Who was the butcher of the Congo? ›

Leopold II was known for being king of Belgium, but more importantly, he was best known as the “Butcher of the Congo”. From 1884 to 1916, the “Scramble of Africa” occurred.

Who killed the most humans in history? ›

But both Hitler and Stalin were outdone by Mao Zedong. From 1958 to 1962, his Great Leap Forward policy led to the deaths of up to 45 million people – easily making it the biggest episode of mass murder ever recorded.

What was the worst civil war in Africa? ›

The Congo Civil War (1996-2003) was the deadliest conflict in modern African history, claiming an estimated five million lives. In Ethiopia, the Eritrean-Ethiopian War (1998-2000) claimed over 70,000 lives.

Why is Congo split in two? ›

The Congo River gave its name to two countries: Congo-Kinshasa, explored by Stanley and colonized by Belgium, and Congo-Brazzaville, explored by de Brazza and colonized by France. The two countries share a lot of traditions, languages ​​like Lingala and Kikongo, dishes and other things.

Who did the US support in the Congo crisis? ›

In October 1962, the Congolese Government asked the United States to provide jet fighters, pilots, several transport aircraft, trucks [Page 4] and other military equipment to fight leftist rebels. It was subsequently authorized for the Congolese Government to contract for the services of pilots.

Is Congo still at war? ›

Eventually involving belligerents from across the African continent, the war officially ended in July 2003 when the Transitional Government of the Democratic Republic of the Congo took power. Although a peace agreement was signed in 2002, violence has continued in many regions of the country, especially in the east.

Why is the Congo being destroyed? ›

Palm oil plantations and other commercial agriculture operations are a growing threat, putting greater pressure on the Congo's forests and rivers.

Why are people seeking asylum from Congo? ›

Serious violence in the Democratic Republic of the Congo has led to mass displacement with many people finding themselves far from their homes and unable to grow their own food. This in turn has created a food crisis with new cases of acute malnutrition among children under five.

Why is the Congo disappearing? ›

Land Grabbing and Industrial Agriculture

The Congo Basin is the target of several international industrial-scale agriculture developers — including palm oil and rubber — who are looking to cash in on new operations in Africa. These plantations, however, often fuel wide-scale deforestation and spark social conflict.

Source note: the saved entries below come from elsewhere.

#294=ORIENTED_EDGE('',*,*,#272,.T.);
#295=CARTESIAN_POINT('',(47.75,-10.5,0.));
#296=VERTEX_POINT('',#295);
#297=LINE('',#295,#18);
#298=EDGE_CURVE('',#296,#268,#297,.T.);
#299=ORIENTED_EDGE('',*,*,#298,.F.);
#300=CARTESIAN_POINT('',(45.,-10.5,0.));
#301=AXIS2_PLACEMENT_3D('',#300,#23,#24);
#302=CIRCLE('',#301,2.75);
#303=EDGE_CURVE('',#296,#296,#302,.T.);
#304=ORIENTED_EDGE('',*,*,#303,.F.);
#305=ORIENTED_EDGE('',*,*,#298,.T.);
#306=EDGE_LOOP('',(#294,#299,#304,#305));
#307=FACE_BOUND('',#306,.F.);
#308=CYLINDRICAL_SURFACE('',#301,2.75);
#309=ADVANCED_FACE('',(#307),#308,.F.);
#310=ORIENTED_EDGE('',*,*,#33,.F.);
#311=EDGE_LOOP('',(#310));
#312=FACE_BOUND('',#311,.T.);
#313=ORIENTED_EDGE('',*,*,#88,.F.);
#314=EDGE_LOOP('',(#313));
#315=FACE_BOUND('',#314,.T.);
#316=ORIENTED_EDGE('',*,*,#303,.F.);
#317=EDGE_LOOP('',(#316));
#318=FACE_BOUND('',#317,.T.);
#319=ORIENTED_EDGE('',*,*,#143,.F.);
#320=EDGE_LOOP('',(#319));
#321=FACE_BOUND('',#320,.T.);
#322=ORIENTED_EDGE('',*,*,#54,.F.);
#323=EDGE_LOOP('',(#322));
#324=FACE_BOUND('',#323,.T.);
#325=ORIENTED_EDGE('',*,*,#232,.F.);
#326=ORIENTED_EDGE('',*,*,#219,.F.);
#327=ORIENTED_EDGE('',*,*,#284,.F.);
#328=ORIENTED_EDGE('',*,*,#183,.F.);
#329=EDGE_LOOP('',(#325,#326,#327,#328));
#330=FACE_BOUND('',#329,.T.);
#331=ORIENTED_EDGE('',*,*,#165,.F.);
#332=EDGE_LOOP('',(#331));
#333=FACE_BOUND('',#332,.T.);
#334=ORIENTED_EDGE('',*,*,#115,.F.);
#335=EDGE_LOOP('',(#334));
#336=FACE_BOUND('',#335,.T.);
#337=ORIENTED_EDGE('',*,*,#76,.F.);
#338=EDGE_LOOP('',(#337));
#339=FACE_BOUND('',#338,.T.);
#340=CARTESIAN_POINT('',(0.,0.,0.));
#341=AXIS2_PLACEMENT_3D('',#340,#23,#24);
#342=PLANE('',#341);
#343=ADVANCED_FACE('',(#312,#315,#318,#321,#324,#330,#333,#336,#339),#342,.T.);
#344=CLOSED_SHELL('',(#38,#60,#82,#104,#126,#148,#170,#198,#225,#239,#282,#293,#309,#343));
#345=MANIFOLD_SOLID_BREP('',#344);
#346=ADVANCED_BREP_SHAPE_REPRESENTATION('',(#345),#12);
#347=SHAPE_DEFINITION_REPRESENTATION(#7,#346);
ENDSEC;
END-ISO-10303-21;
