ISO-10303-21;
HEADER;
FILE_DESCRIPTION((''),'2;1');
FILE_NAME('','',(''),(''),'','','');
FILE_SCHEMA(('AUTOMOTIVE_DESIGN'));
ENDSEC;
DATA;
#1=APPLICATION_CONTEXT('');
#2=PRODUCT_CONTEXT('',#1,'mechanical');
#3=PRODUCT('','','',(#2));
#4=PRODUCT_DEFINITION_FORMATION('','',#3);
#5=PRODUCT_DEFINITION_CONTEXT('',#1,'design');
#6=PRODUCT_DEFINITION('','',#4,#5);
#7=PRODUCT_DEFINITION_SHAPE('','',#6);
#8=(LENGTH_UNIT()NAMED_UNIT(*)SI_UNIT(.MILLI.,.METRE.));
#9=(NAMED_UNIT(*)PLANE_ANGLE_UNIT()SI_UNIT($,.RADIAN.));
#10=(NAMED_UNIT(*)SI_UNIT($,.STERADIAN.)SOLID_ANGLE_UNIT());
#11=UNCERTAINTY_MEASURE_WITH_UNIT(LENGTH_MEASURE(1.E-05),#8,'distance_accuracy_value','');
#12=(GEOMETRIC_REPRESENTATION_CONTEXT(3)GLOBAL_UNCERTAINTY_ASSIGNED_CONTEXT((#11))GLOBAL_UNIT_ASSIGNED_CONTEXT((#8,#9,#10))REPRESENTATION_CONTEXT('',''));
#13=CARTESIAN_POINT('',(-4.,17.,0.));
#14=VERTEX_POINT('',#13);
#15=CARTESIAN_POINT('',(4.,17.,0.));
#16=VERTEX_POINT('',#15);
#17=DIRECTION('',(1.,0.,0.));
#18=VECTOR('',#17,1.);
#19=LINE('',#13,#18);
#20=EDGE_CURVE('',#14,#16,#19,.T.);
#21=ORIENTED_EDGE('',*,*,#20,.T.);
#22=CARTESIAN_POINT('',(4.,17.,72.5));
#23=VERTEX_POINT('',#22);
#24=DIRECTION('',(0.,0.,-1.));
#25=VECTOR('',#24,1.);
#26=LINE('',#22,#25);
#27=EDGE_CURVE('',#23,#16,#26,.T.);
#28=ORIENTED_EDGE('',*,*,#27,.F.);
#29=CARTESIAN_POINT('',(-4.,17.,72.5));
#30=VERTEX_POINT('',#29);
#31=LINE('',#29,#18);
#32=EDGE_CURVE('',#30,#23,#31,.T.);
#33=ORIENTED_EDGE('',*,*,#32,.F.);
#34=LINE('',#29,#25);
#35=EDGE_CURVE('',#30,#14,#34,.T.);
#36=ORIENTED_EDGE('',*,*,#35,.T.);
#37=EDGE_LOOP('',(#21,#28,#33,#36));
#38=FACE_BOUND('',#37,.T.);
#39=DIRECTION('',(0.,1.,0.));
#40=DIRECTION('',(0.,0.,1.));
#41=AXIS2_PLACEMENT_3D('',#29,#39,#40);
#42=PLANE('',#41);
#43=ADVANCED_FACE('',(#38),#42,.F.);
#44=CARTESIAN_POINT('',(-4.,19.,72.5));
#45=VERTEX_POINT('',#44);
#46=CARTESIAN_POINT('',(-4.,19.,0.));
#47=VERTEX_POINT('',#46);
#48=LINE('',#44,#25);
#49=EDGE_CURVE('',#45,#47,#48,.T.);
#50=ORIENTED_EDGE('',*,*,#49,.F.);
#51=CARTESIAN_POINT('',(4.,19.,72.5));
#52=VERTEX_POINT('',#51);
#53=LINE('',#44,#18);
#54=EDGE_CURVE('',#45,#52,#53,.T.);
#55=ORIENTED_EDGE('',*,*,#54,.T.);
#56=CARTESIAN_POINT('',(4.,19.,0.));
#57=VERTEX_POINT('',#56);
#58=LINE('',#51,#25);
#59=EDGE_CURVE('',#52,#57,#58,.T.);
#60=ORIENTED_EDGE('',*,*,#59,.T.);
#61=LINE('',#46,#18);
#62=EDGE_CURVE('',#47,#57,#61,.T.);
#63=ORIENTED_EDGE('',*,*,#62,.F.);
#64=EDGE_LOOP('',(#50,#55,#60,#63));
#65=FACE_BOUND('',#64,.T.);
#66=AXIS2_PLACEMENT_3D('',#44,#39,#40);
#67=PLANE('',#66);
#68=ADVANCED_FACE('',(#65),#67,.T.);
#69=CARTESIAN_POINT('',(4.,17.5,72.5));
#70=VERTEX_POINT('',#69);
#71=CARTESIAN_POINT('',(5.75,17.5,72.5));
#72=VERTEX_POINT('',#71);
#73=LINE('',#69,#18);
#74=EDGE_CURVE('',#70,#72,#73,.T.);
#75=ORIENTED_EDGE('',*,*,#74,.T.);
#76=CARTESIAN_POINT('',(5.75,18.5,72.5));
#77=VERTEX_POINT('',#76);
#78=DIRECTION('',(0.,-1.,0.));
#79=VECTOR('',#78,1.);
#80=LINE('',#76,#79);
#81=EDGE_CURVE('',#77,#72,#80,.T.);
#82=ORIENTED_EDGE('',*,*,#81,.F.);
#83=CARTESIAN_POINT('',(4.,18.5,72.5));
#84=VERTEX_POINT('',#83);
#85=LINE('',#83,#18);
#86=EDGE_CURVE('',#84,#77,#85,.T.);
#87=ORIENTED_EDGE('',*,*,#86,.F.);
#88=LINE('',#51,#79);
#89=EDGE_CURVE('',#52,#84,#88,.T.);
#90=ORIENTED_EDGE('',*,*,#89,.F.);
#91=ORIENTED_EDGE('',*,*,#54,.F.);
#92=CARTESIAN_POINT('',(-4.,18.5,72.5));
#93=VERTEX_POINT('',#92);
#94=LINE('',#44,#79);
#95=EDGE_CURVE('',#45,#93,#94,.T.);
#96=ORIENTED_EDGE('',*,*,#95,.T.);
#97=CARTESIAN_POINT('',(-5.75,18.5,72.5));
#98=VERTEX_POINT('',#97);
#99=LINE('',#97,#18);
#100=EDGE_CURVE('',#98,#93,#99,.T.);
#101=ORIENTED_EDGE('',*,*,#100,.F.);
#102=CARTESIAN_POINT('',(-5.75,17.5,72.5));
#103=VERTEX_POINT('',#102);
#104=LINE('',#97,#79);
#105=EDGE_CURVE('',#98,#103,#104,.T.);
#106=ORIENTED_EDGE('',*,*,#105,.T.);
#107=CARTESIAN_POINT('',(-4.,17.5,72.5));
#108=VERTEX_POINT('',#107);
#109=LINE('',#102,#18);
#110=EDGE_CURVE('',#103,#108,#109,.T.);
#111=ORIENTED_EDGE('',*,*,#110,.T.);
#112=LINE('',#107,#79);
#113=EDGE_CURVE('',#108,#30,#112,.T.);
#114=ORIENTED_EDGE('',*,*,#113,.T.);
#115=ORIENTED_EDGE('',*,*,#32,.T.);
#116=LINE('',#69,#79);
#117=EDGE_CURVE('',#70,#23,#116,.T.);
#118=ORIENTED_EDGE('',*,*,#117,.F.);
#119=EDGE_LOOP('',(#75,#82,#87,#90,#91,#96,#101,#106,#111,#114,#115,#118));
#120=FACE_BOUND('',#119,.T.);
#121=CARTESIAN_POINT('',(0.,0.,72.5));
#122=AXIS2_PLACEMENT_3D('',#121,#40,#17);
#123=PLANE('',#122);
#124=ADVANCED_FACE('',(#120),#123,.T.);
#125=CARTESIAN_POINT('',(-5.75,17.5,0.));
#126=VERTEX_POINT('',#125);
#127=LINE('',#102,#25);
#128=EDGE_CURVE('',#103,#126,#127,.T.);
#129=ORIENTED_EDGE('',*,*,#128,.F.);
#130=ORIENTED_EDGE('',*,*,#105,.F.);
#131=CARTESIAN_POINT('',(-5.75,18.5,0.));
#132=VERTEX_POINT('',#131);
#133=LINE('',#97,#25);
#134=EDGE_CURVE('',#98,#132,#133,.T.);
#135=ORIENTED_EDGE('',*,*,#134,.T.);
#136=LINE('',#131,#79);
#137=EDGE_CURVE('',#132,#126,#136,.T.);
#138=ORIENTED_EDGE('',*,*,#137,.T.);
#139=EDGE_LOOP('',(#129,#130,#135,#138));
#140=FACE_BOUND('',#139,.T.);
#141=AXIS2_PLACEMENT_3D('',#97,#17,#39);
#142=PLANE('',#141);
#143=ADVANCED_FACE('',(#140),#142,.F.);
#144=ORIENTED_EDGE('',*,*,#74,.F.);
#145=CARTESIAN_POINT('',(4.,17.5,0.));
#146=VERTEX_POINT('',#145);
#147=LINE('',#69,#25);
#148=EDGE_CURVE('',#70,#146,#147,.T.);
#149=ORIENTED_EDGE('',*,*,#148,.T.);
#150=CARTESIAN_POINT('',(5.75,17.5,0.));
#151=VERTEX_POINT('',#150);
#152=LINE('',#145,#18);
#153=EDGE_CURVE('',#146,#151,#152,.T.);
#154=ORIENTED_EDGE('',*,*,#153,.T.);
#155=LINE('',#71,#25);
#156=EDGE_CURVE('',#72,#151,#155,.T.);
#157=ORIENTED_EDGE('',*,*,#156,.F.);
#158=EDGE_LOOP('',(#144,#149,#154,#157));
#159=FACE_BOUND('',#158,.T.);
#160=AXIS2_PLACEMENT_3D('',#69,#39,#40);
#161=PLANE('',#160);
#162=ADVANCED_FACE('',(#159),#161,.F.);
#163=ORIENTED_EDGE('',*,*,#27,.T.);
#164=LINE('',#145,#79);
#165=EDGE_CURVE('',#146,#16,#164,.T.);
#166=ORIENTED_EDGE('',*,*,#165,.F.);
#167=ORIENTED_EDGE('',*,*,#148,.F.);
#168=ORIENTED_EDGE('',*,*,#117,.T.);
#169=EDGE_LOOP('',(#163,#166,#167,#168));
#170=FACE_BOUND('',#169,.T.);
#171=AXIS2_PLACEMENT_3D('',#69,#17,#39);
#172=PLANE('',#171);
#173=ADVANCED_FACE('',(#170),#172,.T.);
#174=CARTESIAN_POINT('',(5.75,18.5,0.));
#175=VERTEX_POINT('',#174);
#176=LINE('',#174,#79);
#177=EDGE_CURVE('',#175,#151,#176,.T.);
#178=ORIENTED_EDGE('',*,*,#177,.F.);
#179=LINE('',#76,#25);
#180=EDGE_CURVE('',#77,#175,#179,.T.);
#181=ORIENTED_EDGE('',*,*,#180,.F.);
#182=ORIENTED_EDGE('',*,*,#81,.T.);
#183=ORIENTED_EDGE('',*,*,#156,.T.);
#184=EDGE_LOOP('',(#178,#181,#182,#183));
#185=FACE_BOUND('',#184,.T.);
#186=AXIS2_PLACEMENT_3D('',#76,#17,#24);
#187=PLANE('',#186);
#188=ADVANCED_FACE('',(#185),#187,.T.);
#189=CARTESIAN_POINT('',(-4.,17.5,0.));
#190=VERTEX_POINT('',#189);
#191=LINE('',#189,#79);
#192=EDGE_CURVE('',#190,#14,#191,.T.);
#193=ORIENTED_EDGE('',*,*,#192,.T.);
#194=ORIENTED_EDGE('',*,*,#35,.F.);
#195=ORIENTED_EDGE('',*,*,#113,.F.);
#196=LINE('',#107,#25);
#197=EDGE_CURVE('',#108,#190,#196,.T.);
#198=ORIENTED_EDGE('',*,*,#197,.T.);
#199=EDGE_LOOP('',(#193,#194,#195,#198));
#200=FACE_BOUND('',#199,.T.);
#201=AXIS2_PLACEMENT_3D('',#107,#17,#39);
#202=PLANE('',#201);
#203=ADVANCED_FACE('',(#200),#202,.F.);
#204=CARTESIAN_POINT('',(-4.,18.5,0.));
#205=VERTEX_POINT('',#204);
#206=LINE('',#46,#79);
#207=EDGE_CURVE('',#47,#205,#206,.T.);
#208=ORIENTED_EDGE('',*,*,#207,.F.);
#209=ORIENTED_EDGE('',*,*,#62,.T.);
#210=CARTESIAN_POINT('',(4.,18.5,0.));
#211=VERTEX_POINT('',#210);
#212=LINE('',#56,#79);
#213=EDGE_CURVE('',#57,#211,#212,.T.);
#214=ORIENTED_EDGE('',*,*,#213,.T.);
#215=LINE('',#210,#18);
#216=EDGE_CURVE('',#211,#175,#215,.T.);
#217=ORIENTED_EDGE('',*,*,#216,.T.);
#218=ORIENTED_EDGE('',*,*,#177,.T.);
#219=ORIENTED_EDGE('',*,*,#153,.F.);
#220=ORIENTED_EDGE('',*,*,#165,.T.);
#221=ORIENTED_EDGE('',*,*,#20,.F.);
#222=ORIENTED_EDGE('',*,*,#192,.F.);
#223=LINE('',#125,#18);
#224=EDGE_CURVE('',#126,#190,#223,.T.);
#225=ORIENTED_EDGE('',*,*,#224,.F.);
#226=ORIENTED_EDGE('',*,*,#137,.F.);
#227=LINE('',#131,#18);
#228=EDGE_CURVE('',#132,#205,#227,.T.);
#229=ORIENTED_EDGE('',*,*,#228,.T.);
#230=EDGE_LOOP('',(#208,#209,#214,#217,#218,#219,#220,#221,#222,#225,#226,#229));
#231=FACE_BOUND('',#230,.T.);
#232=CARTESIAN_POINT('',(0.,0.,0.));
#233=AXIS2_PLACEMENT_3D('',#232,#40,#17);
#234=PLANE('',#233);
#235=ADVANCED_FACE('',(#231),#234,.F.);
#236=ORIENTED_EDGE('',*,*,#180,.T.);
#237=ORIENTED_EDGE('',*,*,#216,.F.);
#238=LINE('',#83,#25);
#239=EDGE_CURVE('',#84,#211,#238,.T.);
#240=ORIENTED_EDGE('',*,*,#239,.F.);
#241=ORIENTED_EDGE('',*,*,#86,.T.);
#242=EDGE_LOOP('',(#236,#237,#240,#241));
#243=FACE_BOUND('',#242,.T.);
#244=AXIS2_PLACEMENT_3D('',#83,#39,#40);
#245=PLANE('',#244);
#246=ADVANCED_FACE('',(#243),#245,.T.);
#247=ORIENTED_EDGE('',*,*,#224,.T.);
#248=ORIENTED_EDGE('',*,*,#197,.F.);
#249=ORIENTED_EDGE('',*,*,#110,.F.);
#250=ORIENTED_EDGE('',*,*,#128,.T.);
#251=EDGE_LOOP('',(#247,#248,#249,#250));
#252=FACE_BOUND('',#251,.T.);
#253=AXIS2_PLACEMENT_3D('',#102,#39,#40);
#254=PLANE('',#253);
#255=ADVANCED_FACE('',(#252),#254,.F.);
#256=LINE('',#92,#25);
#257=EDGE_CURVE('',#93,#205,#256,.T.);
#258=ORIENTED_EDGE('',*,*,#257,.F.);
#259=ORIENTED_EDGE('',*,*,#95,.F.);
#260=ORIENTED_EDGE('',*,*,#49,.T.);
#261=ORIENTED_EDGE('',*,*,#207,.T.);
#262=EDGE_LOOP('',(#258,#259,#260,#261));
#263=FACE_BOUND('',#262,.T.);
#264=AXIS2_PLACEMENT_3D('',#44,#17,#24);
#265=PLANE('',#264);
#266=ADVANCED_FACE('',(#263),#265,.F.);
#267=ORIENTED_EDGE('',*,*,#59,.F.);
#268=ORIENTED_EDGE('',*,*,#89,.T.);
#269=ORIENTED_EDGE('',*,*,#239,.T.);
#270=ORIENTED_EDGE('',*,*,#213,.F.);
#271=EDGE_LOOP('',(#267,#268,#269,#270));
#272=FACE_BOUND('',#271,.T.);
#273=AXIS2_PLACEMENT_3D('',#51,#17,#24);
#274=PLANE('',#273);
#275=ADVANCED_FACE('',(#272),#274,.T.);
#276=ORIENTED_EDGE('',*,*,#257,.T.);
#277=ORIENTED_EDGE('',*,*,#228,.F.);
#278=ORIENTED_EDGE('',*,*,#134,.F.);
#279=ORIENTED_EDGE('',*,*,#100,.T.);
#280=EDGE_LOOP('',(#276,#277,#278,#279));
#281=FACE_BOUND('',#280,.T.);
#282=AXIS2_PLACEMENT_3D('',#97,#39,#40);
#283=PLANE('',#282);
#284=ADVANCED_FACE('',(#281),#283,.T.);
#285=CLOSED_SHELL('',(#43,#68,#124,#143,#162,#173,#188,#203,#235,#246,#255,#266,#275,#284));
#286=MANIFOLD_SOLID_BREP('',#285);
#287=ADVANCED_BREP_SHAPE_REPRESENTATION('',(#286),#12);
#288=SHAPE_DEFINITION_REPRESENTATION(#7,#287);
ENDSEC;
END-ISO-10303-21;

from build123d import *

# Parameters (mm, degrees)
BOSS_EXTRUDE1_DEPTH = 72.5


with BuildPart() as part:
    # Sketch1 → Boss-Extrude1 (new body)
    with BuildSketch(Plane.XY):
        Polygon((-4, 17.5), (-4, 17), (4, 17), (4, 17.5), (5.75, 17.5), (5.75, 18.5), (4, 18.5), (4, 19), (-4, 19), (-4, 18.5), (-5.75, 18.5), (-5.75, 17.5), align=None)
    extrude(amount=BOSS_EXTRUDE1_DEPTH)


solid = part.part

Why is Congo still in poverty? ›

The World Health Organization warns that hunger, poverty, malnutrition, and disease have reached alarming levels in the Democratic Republic of Congo, especially in the east, where a resurgence of fighting between armed groups and government forces has uprooted millions of people from their homes.


Top Articles
Latest Posts
Article information

Author: Virgilio Hermann JD

Last Updated:

Views: 6163

Rating: 4 / 5 (41 voted)

Reviews: 80% of readers found this page helpful

Author information

Name: Virgilio Hermann JD

Birthday: 1997-12-21

Address: 6946 Schoen Cove, Sipesshire, MO 55944

Phone: +3763365785260

Job: Accounting Engineer

Hobby: Web surfing, Rafting, Dowsing, Stand-up comedy, Ghost hunting, Swimming, Amateur radio

Introduction: My name is Virgilio Hermann JD, I am a fine, gifted, beautiful, encouraging, kind, talented, zealous person who loves writing and wants to share my knowledge and understanding with you.